# Here's What Microsoft Will Reveal to Police About You



## Marlin Guy (Apr 8, 2009)

Leaked Intelligence document details what MS will share with police about their users.

Snip > " The report describes what information is available from Microsoft Online services for police and intelligence services, including:

E-mail Services

Authentication Service: Windows Live ID

Instant Messaging: Windows Live Messenger

Social Networking Services: Windows Live Spaces & MSN Groups

Custom Domains: Windows Live Admin Center & Office Live Small Business

Online File Storage: Office Live Workspace & Windows Live SkyDrive

Gaming: Xbox Live "

More information here.

http://blogs.computerworld.com/1565...hat_microsoft_will_reveal_to_police_about_you


----------



## LarryFlowers (Sep 22, 2006)

Nice work Marlin Guy, as usual you always put Microsoft in the worst possible light.

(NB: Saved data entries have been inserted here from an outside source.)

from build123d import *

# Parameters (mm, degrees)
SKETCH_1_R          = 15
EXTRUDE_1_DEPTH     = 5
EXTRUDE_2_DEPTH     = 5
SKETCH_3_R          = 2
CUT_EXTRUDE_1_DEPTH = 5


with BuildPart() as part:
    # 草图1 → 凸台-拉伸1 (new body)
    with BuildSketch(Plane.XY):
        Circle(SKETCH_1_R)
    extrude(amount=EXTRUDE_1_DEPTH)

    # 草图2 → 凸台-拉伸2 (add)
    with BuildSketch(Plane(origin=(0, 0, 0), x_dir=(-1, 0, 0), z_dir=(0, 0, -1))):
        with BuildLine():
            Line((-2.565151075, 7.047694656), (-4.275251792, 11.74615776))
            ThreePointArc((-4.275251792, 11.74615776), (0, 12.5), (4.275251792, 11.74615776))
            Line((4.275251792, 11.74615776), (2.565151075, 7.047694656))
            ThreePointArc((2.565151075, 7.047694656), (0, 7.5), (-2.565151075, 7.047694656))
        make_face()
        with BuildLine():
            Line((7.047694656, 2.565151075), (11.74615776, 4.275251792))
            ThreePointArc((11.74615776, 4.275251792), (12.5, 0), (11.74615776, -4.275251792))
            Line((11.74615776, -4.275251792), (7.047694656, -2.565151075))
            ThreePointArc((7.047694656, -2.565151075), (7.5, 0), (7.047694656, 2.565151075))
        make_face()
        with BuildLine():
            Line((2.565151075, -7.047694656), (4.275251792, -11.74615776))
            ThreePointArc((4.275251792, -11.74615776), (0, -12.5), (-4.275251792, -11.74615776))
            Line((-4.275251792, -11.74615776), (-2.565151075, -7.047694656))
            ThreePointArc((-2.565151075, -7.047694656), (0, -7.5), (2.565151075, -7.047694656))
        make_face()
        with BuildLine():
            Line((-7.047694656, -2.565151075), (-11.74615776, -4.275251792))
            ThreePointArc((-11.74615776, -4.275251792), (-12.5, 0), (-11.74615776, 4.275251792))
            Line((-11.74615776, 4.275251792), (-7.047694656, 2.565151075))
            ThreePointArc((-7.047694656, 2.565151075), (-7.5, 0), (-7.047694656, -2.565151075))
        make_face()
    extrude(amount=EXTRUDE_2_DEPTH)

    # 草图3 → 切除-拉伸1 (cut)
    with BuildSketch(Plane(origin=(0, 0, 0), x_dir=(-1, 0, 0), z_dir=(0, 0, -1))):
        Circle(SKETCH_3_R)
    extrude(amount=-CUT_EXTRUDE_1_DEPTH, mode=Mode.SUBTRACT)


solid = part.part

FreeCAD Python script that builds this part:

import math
import FreeCAD as App
import Part
import Sketcher
from FreeCAD import Vector
Q = App.Units.Quantity

doc = App.newDocument("Part")
body = doc.addObject("PartDesign::Body", "Body")

sketch1 = doc.addObject("Sketcher::SketchObject", "Sketch")
body.addObject(sketch1)
sketch1.AttachmentSupport = (doc.XY_Plane, [""])
sketch1.MapMode = "FlatFace"
sketch1.addGeometry(Part.Circle(Vector(0, 0, 0), Vector(0, 0, 1), 15), False)
sketch1.addConstraint(Sketcher.Constraint("Coincident", 0, 3, -1, 1))
sketch1.addConstraint(Sketcher.Constraint("Diameter", 0, 30.0))
pad1 = doc.addObject("PartDesign::Pad", "Pad")
body.addObject(pad1)
pad1.Profile = sketch1
pad1.Length = 5

sketch2 = doc.addObject("Sketcher::SketchObject", "Sketch001")
body.addObject(sketch2)
sketch2.AttachmentSupport = (doc.XY_Plane, [""])
sketch2.MapMode = "FlatFace"
sketch2.addGeometry(Part.LineSegment(Vector(4, 12, 0), Vector(3, 7, 0)), False)
sketch2.addGeometry(Part.ArcOfCircle(Part.Circle(Vector(0, 0, 0), Vector(0, 0, 1), 8), math.radians(70), math.radians(110)), False)
sketch2.addGeometry(Part.LineSegment(Vector(-3, 7, 0), Vector(-4, 12, 0)), False)
sketch2.addGeometry(Part.ArcOfCircle(Part.Circle(Vector(0, 0, 0), Vector(0, 0, 1), 13), math.radians(70), math.radians(110)), False)
sketch2.addGeometry(Part.LineSegment(Vector(-12, 4, 0), Vector(-7, 3, 0)), False)
sketch2.addGeometry(Part.ArcOfCircle(Part.Circle(Vector(0, 0, 0), Vector(0, 0, 1), 8), math.radians(160), math.radians(200)), False)
sketch2.addGeometry(Part.LineSegment(Vector(-7, -3, 0), Vector(-12, -4, 0)), False)
sketch2.addGeometry(Part.ArcOfCircle(Part.Circle(Vector(0, 0, 0), Vector(0, 0, 1), 13), math.radians(160), math.radians(200)), False)
sketch2.addGeometry(Part.LineSegment(Vector(-4, -12, 0), Vector(-3, -7, 0)), False)
sketch2.addGeometry(Part.ArcOfCircle(Part.Circle(Vector(0, 0, 0), Vector(0, 0, 1), 8), math.radians(-110), math.radians(-70)), False)
sketch2.addGeometry(Part.LineSegment(Vector(3, -7, 0), Vector(4, -12, 0)), False)
sketch2.addGeometry(Part.ArcOfCircle(Part.Circle(Vector(0, 0, 0), Vector(0, 0, 1), 13), math.radians(-110), math.radians(-70)), False)
sketch2.addGeometry(Part.LineSegment(Vector(12, -4, 0), Vector(7, -3, 0)), False)
sketch2.addGeometry(Part.ArcOfCircle(Part.Circle(Vector(0, 0, 0), Vector(0, 0, 1), 8), math.radians(-20), math.radians(20)), False)
sketch2.addGeometry(Part.LineSegment(Vector(7, 3, 0), Vector(12, 4, 0)), False)
sketch2.addGeometry(Part.ArcOfCircle(Part.Circle(Vector(0, 0, 0), Vector(0, 0, 1), 13), math.radians(-20), math.radians(20)), False)
sketch2.addConstraint(Sketcher.Constraint("Coincident", 0, 2, 1, 1))
sketch2.addConstraint(Sketcher.Constraint("Coincident", 1, 2, 2, 1))
sketch2.addConstraint(Sketcher.Constraint("Coincident", 2, 2, 3, 2))
sketch2.addConstraint(Sketcher.Constraint("Coincident", 3, 1, 0, 1))
sketch2.addConstraint(Sketcher.Constraint("Coincident", 4, 2, 5, 1))
sketch2.addConstraint(Sketcher.Constraint("Coincident", 5, 2, 6, 1))
sketch2.addConstraint(Sketcher.Constraint("Coincident", 6, 2, 7, 2))
sketch2.addConstraint(Sketcher.Constraint("Coincident", 7, 1, 4, 1))
sketch2.addConstraint(Sketcher.Constraint("Coincident", 8, 2, 9, 1))
sketch2.addConstraint(Sketcher.Constraint("Coincident", 9, 2, 10, 1))
sketch2.addConstraint(Sketcher.Constraint("Coincident", 10, 2, 11, 2))
sketch2.addConstraint(Sketcher.Constraint("Coincident", 11, 1, 8, 1))
sketch2.addConstraint(Sketcher.Constraint("Coincident", 12, 2, 13, 1))
sketch2.addConstraint(Sketcher.Constraint("Coincident", 13, 2, 14, 1))
sketch2.addConstraint(Sketcher.Constraint("Coincident", 14, 2, 15, 2))
sketch2.addConstraint(Sketcher.Constraint("Coincident", 15, 1, 12, 1))
sketch2.addConstraint(Sketcher.Constraint("Coincident", 1, 3, -1, 1))
sketch2.addConstraint(Sketcher.Constraint("Coincident", 3, 3, -1, 1))
sketch2.addConstraint(Sketcher.Constraint("Coincident", 5, 3, -1, 1))
sketch2.addConstraint(Sketcher.Constraint("Coincident", 7, 3, -1, 1))
sketch2.addConstraint(Sketcher.Constraint("Coincident", 9, 3, -1, 1))
sketch2.addConstraint(Sketcher.Constraint("Coincident", 11, 3, -1, 1))
sketch2.addConstraint(Sketcher.Constraint("Coincident", 13, 3, -1, 1))
sketch2.addConstraint(Sketcher.Constraint("Coincident", 15, 3, -1, 1))
sketch2.addConstraint(Sketcher.Constraint("Equal", 1, 5))
sketch2.addConstraint(Sketcher.Constraint("Equal", 3, 7))
sketch2.addConstraint(Sketcher.Constraint("Equal", 5, 9))
sketch2.addConstraint(Sketcher.Constraint("Equal", 7, 11))
sketch2.addConstraint(Sketcher.Constraint("Equal", 9, 13))
sketch2.addConstraint(Sketcher.Constraint("Equal", 11, 15))
sketch2.addConstraint(Sketcher.Constraint("Perpendicular", 0, 4))
sketch2.addConstraint(Sketcher.Constraint("Perpendicular", 2, 6))
sketch2.addConstraint(Sketcher.Constraint("Perpendicular", 4, 8))
sketch2.addConstraint(Sketcher.Constraint("Perpendicular", 6, 10))
sketch2.addConstraint(Sketcher.Constraint("Perpendicular", 8, 12))
sketch2.addConstraint(Sketcher.Constraint("Perpendicular", 10, 14))
sketch2.addConstraint(Sketcher.Constraint("Horizontal", 0, 2, 1, 2))
sketch2.addConstraint(Sketcher.Constraint("Horizontal", 2, 2, 3, 1))
sketch2.addConstraint(Sketcher.Constraint("Horizontal", 8, 2, 9, 2))
sketch2.addConstraint(Sketcher.Constraint("Horizontal", 5, 2, 12, 2))
sketch2.addConstraint(Sketcher.Constraint("Horizontal", 4, 2, 13, 2))
sketch2.addConstraint(Sketcher.Constraint("Vertical", 4, 2, 5, 2))
sketch2.addConstraint(Sketcher.Constraint("Vertical", 1, 2, 8, 2))
sketch2.addConstraint(Sketcher.Constraint("Radius", 1, 7.5))
sketch2.addConstraint(Sketcher.Constraint("Radius", 3, 12.5))
sketch2.addConstraint(Sketcher.Constraint("Angle", 0, Q("-110 deg")))
sketch2.addConstraint(Sketcher.Constraint("DistanceX", -1, 1, 0, 2, 2.565151))
sketch2.addConstraint(Sketcher.Constraint("DistanceY", -1, 1, 4, 2, 2.565151))
pad2 = doc.addObject("PartDesign::Pad", "Pad001")
body.addObject(pad2)
pad2.Profile = sketch2
pad2.Length = 5
pad2.Reversed = True

sketch3 = doc.addObject("Sketcher::SketchObject", "Sketch002")
body.addObject(sketch3)
sketch3.AttachmentSupport = (doc.XY_Plane, [""])
sketch3.MapMode = "FlatFace"
sketch3.addGeometry(Part.Circle(Vector(0, 0, 0), Vector(0, 0, 1), 2), False)
sketch3.addConstraint(Sketcher.Constraint("Coincident", 0, 3, -1, 1))
sketch3.addConstraint(Sketcher.Constraint("Diameter", 0, 4.0))
pocket1 = doc.addObject("PartDesign::Pocket", "Pocket")
body.addObject(pocket1)
pocket1.Profile = sketch3
pocket1.Length = 5
pocket1.Reversed = True

doc.recompute()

The very same document also details what warrants and subpoenas are required and what legal entities need to do to present them to the appropriate Microsoft offices for service.

It also details what information is available without warrant or subpoena BUT only as long as all of the steps as outlined in the ECPA, Electronics Communications Privacy Act, US Law in other words.. have been complied with.

In short this "earth shaking" expose of Microsoft internal policies is nothing more than a document instructing Microsoft employees and government and law enforcement professionals how to handle requests for information made in compliance with US law.

As would any corporation duly served.


----------



## SayWhat? (Jun 7, 2009)

I don't use any of those services from M$. Most of them I don't use at all, from any service. What I use is scattered among several services under different usernames.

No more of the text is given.